# It is possible to patch EA Cricket 2005 and BLIC 2005.



## gaurav_indian (May 5, 2006)

I announce my arrival here with a good news for u Cricket games fans.

Yup it's true u can change everything in EA Cricket 2005 and BLIC 2005.You can change the gameplay,kits,real faces,helmets,rosters,teams, the list is just endless.Well I am from a community where we all make cricket games better by patching it.You will be surprised when u download all the patches and play with them.To know more about this log on to www.planetcricket.net
it's a community of Australians,English,Pakistani,Indian,West Indian,New Zealand people and many countries.This is just an example of what we can do with the game.You will find everything u need guys.Lets see some screenshots of Pakistan faces which I have created.


----------



## blackleopard92 (May 5, 2006)

hello gaurav_indian.
It seems you also are on Digit!
Remember me?


----------



## gaurav_indian (May 5, 2006)

U funny guy.Yup I can't forget u.And I am here too.


----------



## wizrulz (May 6, 2006)

Cool..didnt knew this....hey i have some problem with brian lara 2005.... but 1st will search the sites forum and if no solution is found there i will mail u...


----------



## blackleopard92 (May 6, 2006)

Indyan said:
			
		

> Yeah. Tutsi's patches make the game a lot more playable.
> Anyway, i somehow dont like the planet cricket community much. I used to be a regular poster in the cricket2002.tk forums. But then vineet dissapeared and the community collapsed.

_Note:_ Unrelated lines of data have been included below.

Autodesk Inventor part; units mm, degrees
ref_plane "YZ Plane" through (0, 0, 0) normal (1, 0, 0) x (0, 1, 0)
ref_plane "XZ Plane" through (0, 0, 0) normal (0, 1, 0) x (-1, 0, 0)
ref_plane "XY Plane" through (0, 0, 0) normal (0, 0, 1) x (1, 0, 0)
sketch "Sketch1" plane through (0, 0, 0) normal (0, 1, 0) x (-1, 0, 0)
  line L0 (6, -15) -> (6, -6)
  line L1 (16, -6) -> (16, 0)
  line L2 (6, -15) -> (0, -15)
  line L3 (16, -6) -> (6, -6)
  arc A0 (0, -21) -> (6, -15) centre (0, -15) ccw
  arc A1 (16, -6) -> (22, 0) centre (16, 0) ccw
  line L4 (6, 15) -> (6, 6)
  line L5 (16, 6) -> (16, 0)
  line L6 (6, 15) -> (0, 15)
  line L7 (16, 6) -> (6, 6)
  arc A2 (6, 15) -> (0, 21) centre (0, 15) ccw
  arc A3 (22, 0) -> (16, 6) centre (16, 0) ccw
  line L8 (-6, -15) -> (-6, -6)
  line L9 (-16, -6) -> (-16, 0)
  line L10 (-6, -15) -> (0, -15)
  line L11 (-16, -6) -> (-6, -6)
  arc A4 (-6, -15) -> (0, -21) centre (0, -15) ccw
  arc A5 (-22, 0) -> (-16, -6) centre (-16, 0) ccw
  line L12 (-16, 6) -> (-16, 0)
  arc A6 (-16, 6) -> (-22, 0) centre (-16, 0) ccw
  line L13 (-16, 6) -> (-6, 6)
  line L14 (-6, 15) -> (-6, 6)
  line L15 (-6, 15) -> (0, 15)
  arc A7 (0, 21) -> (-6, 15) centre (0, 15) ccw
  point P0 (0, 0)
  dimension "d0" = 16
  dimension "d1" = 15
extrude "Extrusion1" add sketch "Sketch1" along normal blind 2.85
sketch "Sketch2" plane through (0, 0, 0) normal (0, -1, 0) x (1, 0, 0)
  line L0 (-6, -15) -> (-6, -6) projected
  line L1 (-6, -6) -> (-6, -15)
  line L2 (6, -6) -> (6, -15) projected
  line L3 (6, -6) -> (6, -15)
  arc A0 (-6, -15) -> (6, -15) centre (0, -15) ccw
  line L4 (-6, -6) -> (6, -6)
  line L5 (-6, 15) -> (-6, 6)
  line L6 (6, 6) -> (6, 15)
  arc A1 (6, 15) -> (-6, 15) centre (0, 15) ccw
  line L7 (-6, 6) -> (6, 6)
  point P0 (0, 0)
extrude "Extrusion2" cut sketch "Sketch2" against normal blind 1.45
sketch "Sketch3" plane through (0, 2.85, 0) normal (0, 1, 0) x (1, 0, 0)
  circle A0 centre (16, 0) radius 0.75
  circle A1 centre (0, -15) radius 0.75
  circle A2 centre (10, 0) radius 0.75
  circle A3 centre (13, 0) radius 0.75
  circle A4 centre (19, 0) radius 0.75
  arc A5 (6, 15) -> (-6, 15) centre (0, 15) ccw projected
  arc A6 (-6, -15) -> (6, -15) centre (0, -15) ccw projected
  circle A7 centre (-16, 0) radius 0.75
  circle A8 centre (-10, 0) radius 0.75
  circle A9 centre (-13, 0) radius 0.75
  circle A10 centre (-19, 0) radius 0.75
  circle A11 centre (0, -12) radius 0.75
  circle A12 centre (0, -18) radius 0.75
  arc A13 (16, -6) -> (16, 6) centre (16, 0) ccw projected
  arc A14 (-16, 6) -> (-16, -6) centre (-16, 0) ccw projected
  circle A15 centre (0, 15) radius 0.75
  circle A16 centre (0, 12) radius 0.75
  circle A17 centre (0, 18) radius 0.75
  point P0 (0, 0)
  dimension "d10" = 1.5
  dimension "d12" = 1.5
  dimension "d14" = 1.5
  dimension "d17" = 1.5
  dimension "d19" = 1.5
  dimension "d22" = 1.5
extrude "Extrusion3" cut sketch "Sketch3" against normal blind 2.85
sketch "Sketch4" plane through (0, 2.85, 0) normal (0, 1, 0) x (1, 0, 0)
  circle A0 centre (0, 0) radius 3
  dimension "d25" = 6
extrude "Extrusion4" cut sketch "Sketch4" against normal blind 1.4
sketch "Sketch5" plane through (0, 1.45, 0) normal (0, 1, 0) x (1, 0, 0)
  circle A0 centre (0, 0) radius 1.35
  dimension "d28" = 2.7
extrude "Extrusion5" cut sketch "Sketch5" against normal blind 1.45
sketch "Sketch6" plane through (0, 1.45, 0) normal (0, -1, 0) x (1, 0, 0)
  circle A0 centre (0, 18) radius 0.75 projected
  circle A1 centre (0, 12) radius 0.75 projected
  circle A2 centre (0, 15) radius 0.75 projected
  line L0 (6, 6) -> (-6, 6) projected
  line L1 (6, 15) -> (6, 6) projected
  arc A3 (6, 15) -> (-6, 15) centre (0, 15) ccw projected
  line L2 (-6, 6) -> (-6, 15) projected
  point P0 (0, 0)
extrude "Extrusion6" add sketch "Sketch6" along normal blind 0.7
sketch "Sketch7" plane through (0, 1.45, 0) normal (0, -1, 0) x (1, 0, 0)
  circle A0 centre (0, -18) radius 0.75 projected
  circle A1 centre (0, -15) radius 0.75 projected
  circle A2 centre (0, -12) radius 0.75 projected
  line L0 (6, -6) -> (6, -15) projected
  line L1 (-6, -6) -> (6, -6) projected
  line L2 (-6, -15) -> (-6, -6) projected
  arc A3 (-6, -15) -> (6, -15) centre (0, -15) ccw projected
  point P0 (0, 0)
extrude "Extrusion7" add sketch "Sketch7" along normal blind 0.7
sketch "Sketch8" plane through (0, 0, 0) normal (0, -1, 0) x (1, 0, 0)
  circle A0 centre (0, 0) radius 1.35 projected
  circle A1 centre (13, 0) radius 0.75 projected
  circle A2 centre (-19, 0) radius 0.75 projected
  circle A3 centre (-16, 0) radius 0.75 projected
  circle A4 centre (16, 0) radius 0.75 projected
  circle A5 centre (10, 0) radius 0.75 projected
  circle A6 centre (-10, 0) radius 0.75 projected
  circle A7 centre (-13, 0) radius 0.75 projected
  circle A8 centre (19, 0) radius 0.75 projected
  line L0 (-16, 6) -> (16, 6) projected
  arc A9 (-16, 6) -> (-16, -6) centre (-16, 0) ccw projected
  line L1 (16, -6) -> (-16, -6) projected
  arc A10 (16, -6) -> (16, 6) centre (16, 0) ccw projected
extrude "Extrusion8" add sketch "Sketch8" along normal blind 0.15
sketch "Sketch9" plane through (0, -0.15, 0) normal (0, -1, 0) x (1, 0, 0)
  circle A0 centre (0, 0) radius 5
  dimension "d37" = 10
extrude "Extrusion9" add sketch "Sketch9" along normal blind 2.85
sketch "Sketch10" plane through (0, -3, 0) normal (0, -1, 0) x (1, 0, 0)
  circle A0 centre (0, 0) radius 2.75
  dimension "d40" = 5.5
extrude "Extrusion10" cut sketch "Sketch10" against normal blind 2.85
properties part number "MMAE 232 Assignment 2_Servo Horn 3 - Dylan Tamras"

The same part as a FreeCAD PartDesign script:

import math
import FreeCAD as App
import Part
import Sketcher
from FreeCAD import Vector

doc = App.newDocument("Part")
body = doc.addObject("PartDesign::Body", "Body")

# Sketch on XZ plane
sketch1 = doc.addObject("Sketcher::SketchObject", "Sketch")
body.addObject(sketch1)
sketch1.AttachmentSupport = (doc.XZ_Plane, [""])
sketch1.MapMode = "FlatFace"
sketch1.addGeometry([
    Part.LineSegment(Vector(6, -6, 0), Vector(6, -15, 0)),  # 0
    Part.ArcOfCircle(Part.Circle(Vector(0, -15, 0), Vector(0, 0, 1), 6), math.radians(180), math.radians(360)),  # 1
    Part.LineSegment(Vector(-6, -15, 0), Vector(-6, -6, 0)),  # 2
    Part.LineSegment(Vector(-6, -6, 0), Vector(-16, -6, 0)),  # 3
    Part.ArcOfCircle(Part.Circle(Vector(-16, 0, 0), Vector(0, 0, 1), 6), math.radians(90), math.radians(270)),  # 4
    Part.LineSegment(Vector(-16, 6, 0), Vector(-6, 6, 0)),  # 5
    Part.LineSegment(Vector(-6, 6, 0), Vector(-6, 15, 0)),  # 6
    Part.ArcOfCircle(Part.Circle(Vector(0, 15, 0), Vector(0, 0, 1), 6), math.radians(0), math.radians(180)),  # 7
    Part.LineSegment(Vector(6, 15, 0), Vector(6, 6, 0)),  # 8
    Part.LineSegment(Vector(6, 6, 0), Vector(16, 6, 0)),  # 9
    Part.ArcOfCircle(Part.Circle(Vector(16, 0, 0), Vector(0, 0, 1), 6), math.radians(-90), math.radians(90)),  # 10
    Part.LineSegment(Vector(16, -6, 0), Vector(6, -6, 0)),  # 11
], False)
sketch1.addConstraint([
    Sketcher.Constraint("Tangent", 0, 2, 1, 2),
    Sketcher.Constraint("Tangent", 1, 1, 2, 1),
    Sketcher.Constraint("Coincident", 2, 2, 3, 1),
    Sketcher.Constraint("Tangent", 3, 2, 4, 2),
    Sketcher.Constraint("Tangent", 4, 1, 5, 1),
    Sketcher.Constraint("Coincident", 5, 2, 6, 1),
    Sketcher.Constraint("Tangent", 6, 2, 7, 2),
    Sketcher.Constraint("Tangent", 7, 1, 8, 1),
    Sketcher.Constraint("Coincident", 8, 2, 9, 1),
    Sketcher.Constraint("Tangent", 9, 2, 10, 2),
    Sketcher.Constraint("Tangent", 10, 1, 11, 1),
    Sketcher.Constraint("Coincident", 11, 2, 0, 1),
    Sketcher.Constraint("Vertical", 0),
    Sketcher.Constraint("Vertical", 2),
    Sketcher.Constraint("Horizontal", 3),
    Sketcher.Constraint("Horizontal", 5),
    Sketcher.Constraint("Vertical", 6),
    Sketcher.Constraint("Vertical", 8),
    Sketcher.Constraint("Horizontal", 9),
    Sketcher.Constraint("Horizontal", 11),
    Sketcher.Constraint("Equal", 1, 4),
    Sketcher.Constraint("Equal", 4, 7),
    Sketcher.Constraint("Equal", 7, 10),
    Sketcher.Constraint("Symmetric", 1, 3, 7, 3, -1, 1),
    Sketcher.Constraint("Symmetric", 4, 3, 10, 3, -1, 1),
    Sketcher.Constraint("Symmetric", 5, 2, 8, 2, -2),
    Sketcher.Constraint("DistanceY", 1, 3, -1, 1, 15.0),
    Sketcher.Constraint("DistanceX", 4, 3, -1, 1, 16.0),
    Sketcher.Constraint("Radius", 1, 6.0),
])
pad1 = doc.addObject("PartDesign::Pad", "Pad")
body.addObject(pad1)
pad1.Profile = sketch1
pad1.Length = 2.85
pad1.Reversed = True

# Sketch on XZ plane
sketch2 = doc.addObject("Sketcher::SketchObject", "Sketch001")
body.addObject(sketch2)
sketch2.AttachmentSupport = (doc.XZ_Plane, [""])
sketch2.MapMode = "FlatFace"
sketch2.addGeometry([
    Part.LineSegment(Vector(-6, -6, 0), Vector(-6, -15, 0)),  # 0
    Part.ArcOfCircle(Part.Circle(Vector(0, -15, 0), Vector(0, 0, 1), 6), math.radians(180), math.radians(360)),  # 1
    Part.LineSegment(Vector(6, -15, 0), Vector(6, -6, 0)),  # 2
    Part.LineSegment(Vector(6, -6, 0), Vector(-6, -6, 0)),  # 3
    Part.ArcOfCircle(Part.Circle(Vector(0, 15, 0), Vector(0, 0, 1), 6), math.radians(0), math.radians(180)),  # 4
    Part.LineSegment(Vector(-6, 15, 0), Vector(-6, 6, 0)),  # 5
    Part.LineSegment(Vector(-6, 6, 0), Vector(6, 6, 0)),  # 6
    Part.LineSegment(Vector(6, 6, 0), Vector(6, 15, 0)),  # 7
], False)
sketch2.addConstraint([
    Sketcher.Constraint("Tangent", 0, 2, 1, 1),
    Sketcher.Constraint("Tangent", 1, 2, 2, 1),
    Sketcher.Constraint("Coincident", 2, 2, 3, 1),
    Sketcher.Constraint("Coincident", 3, 2, 0, 1),
    Sketcher.Constraint("Tangent", 4, 2, 5, 1),
    Sketcher.Constraint("Coincident", 5, 2, 6, 1),
    Sketcher.Constraint("Coincident", 6, 2, 7, 1),
    Sketcher.Constraint("Tangent", 7, 2, 4, 1),
    Sketcher.Constraint("Vertical", 0),
    Sketcher.Constraint("Vertical", 2),
    Sketcher.Constraint("Horizontal", 3),
    Sketcher.Constraint("Vertical", 5),
    Sketcher.Constraint("Horizontal", 6),
    Sketcher.Constraint("Vertical", 7),
    Sketcher.Constraint("Equal", 1, 4),
    Sketcher.Constraint("Symmetric", 1, 3, 4, 3, -1, 1),
    Sketcher.Constraint("Symmetric", 3, 2, 5, 2, -1),
    Sketcher.Constraint("Radius", 1, 6.0),
    Sketcher.Constraint("DistanceY", 0, 2, 0, 1, 9.0),
    Sketcher.Constraint("DistanceY", 1, 3, -1, 1, 15.0),
])
pocket1 = doc.addObject("PartDesign::Pocket", "Pocket")
body.addObject(pocket1)
pocket1.Profile = sketch2
pocket1.Length = 1.45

I also logged of the site, however they are back with bang.
And I am comeback king!


----------



## gaurav_indian (May 7, 2006)

wizrulz said:
			
		

> Cool..didnt knew this....hey i have some problem with brian lara 2005.... but 1st will search the sites forum and if no solution is found there i will mail u...


At the moment I am only into EA Cricket 2005 patching.


----------



## rakesh-the gilli (May 13, 2006)

*Re: Howto get the full version out of BLIC 2005 commentary!.*

Hai! Gaurav I need to know how to get thversion out of Brian lara cricket 2005 commentary edition.The demo is 1.95 GB and I knew we have to unlock it's full features,but how?.Anybody with some good idea?Please post here or send me an private message with the full description on how to do!


----------



## bharat_r (May 16, 2006)

Still the faces look funny ..EA's Cricket not as good as FIFA Series.
It's long since I threw away that game.


----------



## gaurav_indian (May 17, 2006)

bharat_r said:
			
		

> Still the faces look funny ..EA's Cricket not as good as FIFA Series.
> It's long since I threw away that game.


Yup u r right FIFA is way ahead of EA Cricket but we can try to improve that game.


----------